* **Stored data**
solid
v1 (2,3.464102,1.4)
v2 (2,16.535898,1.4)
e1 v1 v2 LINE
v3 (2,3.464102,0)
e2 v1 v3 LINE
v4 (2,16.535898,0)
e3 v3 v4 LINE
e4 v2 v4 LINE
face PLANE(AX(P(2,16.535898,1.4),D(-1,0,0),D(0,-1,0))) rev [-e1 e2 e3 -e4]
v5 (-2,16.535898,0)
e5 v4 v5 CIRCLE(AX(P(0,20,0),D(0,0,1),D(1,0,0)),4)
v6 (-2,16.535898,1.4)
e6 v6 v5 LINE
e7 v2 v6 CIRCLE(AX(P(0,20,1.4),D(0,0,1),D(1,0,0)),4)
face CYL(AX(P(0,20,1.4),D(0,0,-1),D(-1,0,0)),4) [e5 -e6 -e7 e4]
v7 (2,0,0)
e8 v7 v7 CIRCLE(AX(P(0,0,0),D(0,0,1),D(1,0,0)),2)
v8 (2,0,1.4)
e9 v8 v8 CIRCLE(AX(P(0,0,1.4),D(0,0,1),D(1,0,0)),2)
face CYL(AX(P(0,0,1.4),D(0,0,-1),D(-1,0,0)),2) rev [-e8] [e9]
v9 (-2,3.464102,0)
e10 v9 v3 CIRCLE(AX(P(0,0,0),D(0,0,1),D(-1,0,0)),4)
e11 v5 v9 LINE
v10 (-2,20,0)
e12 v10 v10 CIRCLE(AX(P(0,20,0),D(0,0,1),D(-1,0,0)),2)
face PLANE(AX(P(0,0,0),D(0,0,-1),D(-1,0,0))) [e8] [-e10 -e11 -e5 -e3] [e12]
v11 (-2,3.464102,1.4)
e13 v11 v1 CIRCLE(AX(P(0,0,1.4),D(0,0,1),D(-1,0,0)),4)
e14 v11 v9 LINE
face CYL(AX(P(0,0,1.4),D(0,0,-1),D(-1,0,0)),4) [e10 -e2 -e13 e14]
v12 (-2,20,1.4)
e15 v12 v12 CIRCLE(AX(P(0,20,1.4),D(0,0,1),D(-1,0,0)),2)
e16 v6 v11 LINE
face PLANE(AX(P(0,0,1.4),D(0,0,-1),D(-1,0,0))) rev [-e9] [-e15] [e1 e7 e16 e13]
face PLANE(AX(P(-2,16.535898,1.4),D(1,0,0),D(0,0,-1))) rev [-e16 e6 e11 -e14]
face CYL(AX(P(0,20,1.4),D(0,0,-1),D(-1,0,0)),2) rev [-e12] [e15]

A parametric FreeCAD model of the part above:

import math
import FreeCAD as App
import Part
import Sketcher
Q = App.Units.Quantity

doc = App.newDocument("Part")
body = doc.addObject("PartDesign::Body", "Body")

sketch1 = body.newObject("Sketcher::SketchObject", "Sketch")
sketch1.AttachmentSupport = (doc.getObject("XY_Plane"), [""])
sketch1.MapMode = "FlatFace"
sketch1.addGeometry(Part.LineSegment(App.Vector(-2, 16.5, 0), App.Vector(-2, 3.5, 0)), False)
sketch1.addGeometry(Part.ArcOfCircle(Part.Circle(App.Vector(0, 0, 0), App.Vector(0, 0, 1), 4), math.radians(120), math.radians(420)), False)
sketch1.addGeometry(Part.LineSegment(App.Vector(2, 3.5, 0), App.Vector(2, 16.5, 0)), False)
sketch1.addGeometry(Part.ArcOfCircle(Part.Circle(App.Vector(0, 20, 0), App.Vector(0, 0, 1), 4), math.radians(-60), math.radians(240)), False)
sketch1.addGeometry(Part.Circle(App.Vector(0, 0, 0), App.Vector(0, 0, 1), 2), False)
sketch1.addGeometry(Part.Circle(App.Vector(0, 20, 0), App.Vector(0, 0, 1), 2), False)
sketch1.addConstraint(Sketcher.Constraint("Coincident", 0, 2, 1, 1))
sketch1.addConstraint(Sketcher.Constraint("Coincident", 1, 2, 2, 1))
sketch1.addConstraint(Sketcher.Constraint("Coincident", 2, 2, 3, 1))
sketch1.addConstraint(Sketcher.Constraint("Coincident", 3, 2, 0, 1))
sketch1.addConstraint(Sketcher.Constraint("Vertical", 0))
sketch1.addConstraint(Sketcher.Constraint("Vertical", 2))
sketch1.addConstraint(Sketcher.Constraint("Coincident", 1, 3, -1, 1))
sketch1.addConstraint(Sketcher.Constraint("Coincident", 4, 3, -1, 1))
sketch1.addConstraint(Sketcher.Constraint("Coincident", 5, 3, 3, 3))
sketch1.addConstraint(Sketcher.Constraint("Equal", 1, 3))
sketch1.addConstraint(Sketcher.Constraint("Equal", 4, 5))
sketch1.addConstraint(Sketcher.Constraint("Symmetric", 2, 2, 3, 2, -2))
sketch1.addConstraint(Sketcher.Constraint("Diameter", 4, Q("4 mm")))
sketch1.addConstraint(Sketcher.Constraint("Radius", 1, Q("4 mm")))
sketch1.addConstraint(Sketcher.Constraint("DistanceY", -1, 1, 3, 3, Q("20 mm")))
sketch1.addConstraint(Sketcher.Constraint("DistanceX", 0, 2, -1, 1, Q("2 mm")))
pad1 = body.newObject("PartDesign::Pad", "Pad")
pad1.Profile = sketch1
pad1.Length = 1.4

doc.recompute()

* **To do**
Output every line above without altering anything.

* **Output for this exercise**
solid
v1 (2,3.464102,1.4)
v2 (2,16.535898,1.4)
e1 v1 v2 LINE
v3 (2,3.464102,0)
e2 v1 v3 LINE
v4 (2,16.535898,0)
e3 v3 v4 LINE
e4 v2 v4 LINE
face PLANE(AX(P(2,16.535898,1.4),D(-1,0,0),D(0,-1,0))) rev [-e1 e2 e3 -e4]
v5 (-2,16.535898,0)
e5 v4 v5 CIRCLE(AX(P(0,20,0),D(0,0,1),D(1,0,0)),4)
v6 (-2,16.535898,1.4)
e6 v6 v5 LINE
e7 v2 v6 CIRCLE(AX(P(0,20,1.4),D(0,0,1),D(1,0,0)),4)
face CYL(AX(P(0,20,1.4),D(0,0,-1),D(-1,0,0)),4) [e5 -e6 -e7 e4]
v7 (2,0,0)
e8 v7 v7 CIRCLE(AX(P(0,0,0),D(0,0,1),D(1,0,0)),2)
v8 (2,0,1.4)
e9 v8 v8 CIRCLE(AX(P(0,0,1.4),D(0,0,1),D(1,0,0)),2)
face CYL(AX(P(0,0,1.4),D(0,0,-1),D(-1,0,0)),2) rev [-e8] [e9]
v9 (-2,3.464102,0)
e10 v9 v3 CIRCLE(AX(P(0,0,0),D(0,0,1),D(-1,0,0)),4)
e11 v5 v9 LINE
v10 (-2,20,0)
e12 v10 v10 CIRCLE(AX(P(0,20,0),D(0,0,1),D(-1,0,0)),2)
face PLANE(AX(P(0,0,0),D(0,0,-1),D(-1,0,0))) [e8] [-e10 -e11 -e5 -e3] [e12]
v11 (-2,3.464102,1.4)
e13 v11 v1 CIRCLE(AX(P(0,0,1.4),D(0,0,1),D(-1,0,0)),4)
e14 v11 v9 LINE
face CYL(AX(P(0,0,1.4),D(0,0,-1),D(-1,0,0)),4) [e10 -e2 -e13 e14]
v12 (-2,20,1.4)
e15 v12 v12 CIRCLE(AX(P(0,20,1.4),D(0,0,1),D(-1,0,0)),2)
e16 v6 v11 LINE
face PLANE(AX(P(0,0,1.4),D(0,0,-1),D(-1,0,0))) rev [-e9] [-e15] [e1 e7 e16 e13]
face PLANE(AX(P(-2,16.535898,1.4),D(1,0,0),D(0,0,-1))) rev [-e16 e6 e11 -e14]
face CYL(AX(P(0,20,1.4),D(0,0,-1),D(-1,0,0)),2) rev [-e12] [e15]

A parametric FreeCAD model of the part above:

import math
import FreeCAD as App
import Part
import Sketcher
Q = App.Units.Quantity

doc = App.newDocument("Part")
body = doc.addObject("PartDesign::Body", "Body")

sketch1 = body.newObject("Sketcher::SketchObject", "Sketch")
sketch1.AttachmentSupport = (doc.getObject("XY_Plane"), [""])
sketch1.MapMode = "FlatFace"
sketch1.addGeometry(Part.LineSegment(App.Vector(-2, 16.5, 0), App.Vector(-2, 3.5, 0)), False)
sketch1.addGeometry(Part.ArcOfCircle(Part.Circle(App.Vector(0, 0, 0), App.Vector(0, 0, 1), 4), math.radians(120), math.radians(420)), False)
sketch1.addGeometry(Part.LineSegment(App.Vector(2, 3.5, 0), App.Vector(2, 16.5, 0)), False)
sketch1.addGeometry(Part.ArcOfCircle(Part.Circle(App.Vector(0, 20, 0), App.Vector(0, 0, 1), 4), math.radians(-60), math.radians(240)), False)
sketch1.addGeometry(Part.Circle(App.Vector(0, 0, 0), App.Vector(0, 0, 1), 2), False)
sketch1.addGeometry(Part.Circle(App.Vector(0, 20, 0), App.Vector(0, 0, 1), 2), False)
sketch1.addConstraint(Sketcher.Constraint("Coincident", 0, 2, 1, 1))
sketch1.addConstraint(Sketcher.Constraint("Coincident", 1, 2, 2, 1))
sketch1.addConstraint(Sketcher.Constraint("Coincident", 2, 2, 3, 1))
sketch1.addConstraint(Sketcher.Constraint("Coincident", 3, 2, 0, 1))
sketch1.addConstraint(Sketcher.Constraint("Vertical", 0))
sketch1.addConstraint(Sketcher.Constraint("Vertical", 2))
sketch1.addConstraint(Sketcher.Constraint("Coincident", 1, 3, -1, 1))
sketch1.addConstraint(Sketcher.Constraint("Coincident", 4, 3, -1, 1))
sketch1.addConstraint(Sketcher.Constraint("Coincident", 5, 3, 3, 3))
sketch1.addConstraint(Sketcher.Constraint("Equal", 1, 3))
sketch1.addConstraint(Sketcher.Constraint("Equal", 4, 5))
sketch1.addConstraint(Sketcher.Constraint("Symmetric", 2, 2, 3, 2, -2))
sketch1.addConstraint(Sketcher.Constraint("Diameter", 4, Q("4 mm")))
sketch1.addConstraint(Sketcher.Constraint("Radius", 1, Q("4 mm")))
sketch1.addConstraint(Sketcher.Constraint("DistanceY", -1, 1, 3, 3, Q("20 mm")))
sketch1.addConstraint(Sketcher.Constraint("DistanceX", 0, 2, -1, 1, Q("2 mm")))
pad1 = body.newObject("PartDesign::Pad", "Pad")
pad1.Profile = sketch1
pad1.Length = 1.4

doc.recompute()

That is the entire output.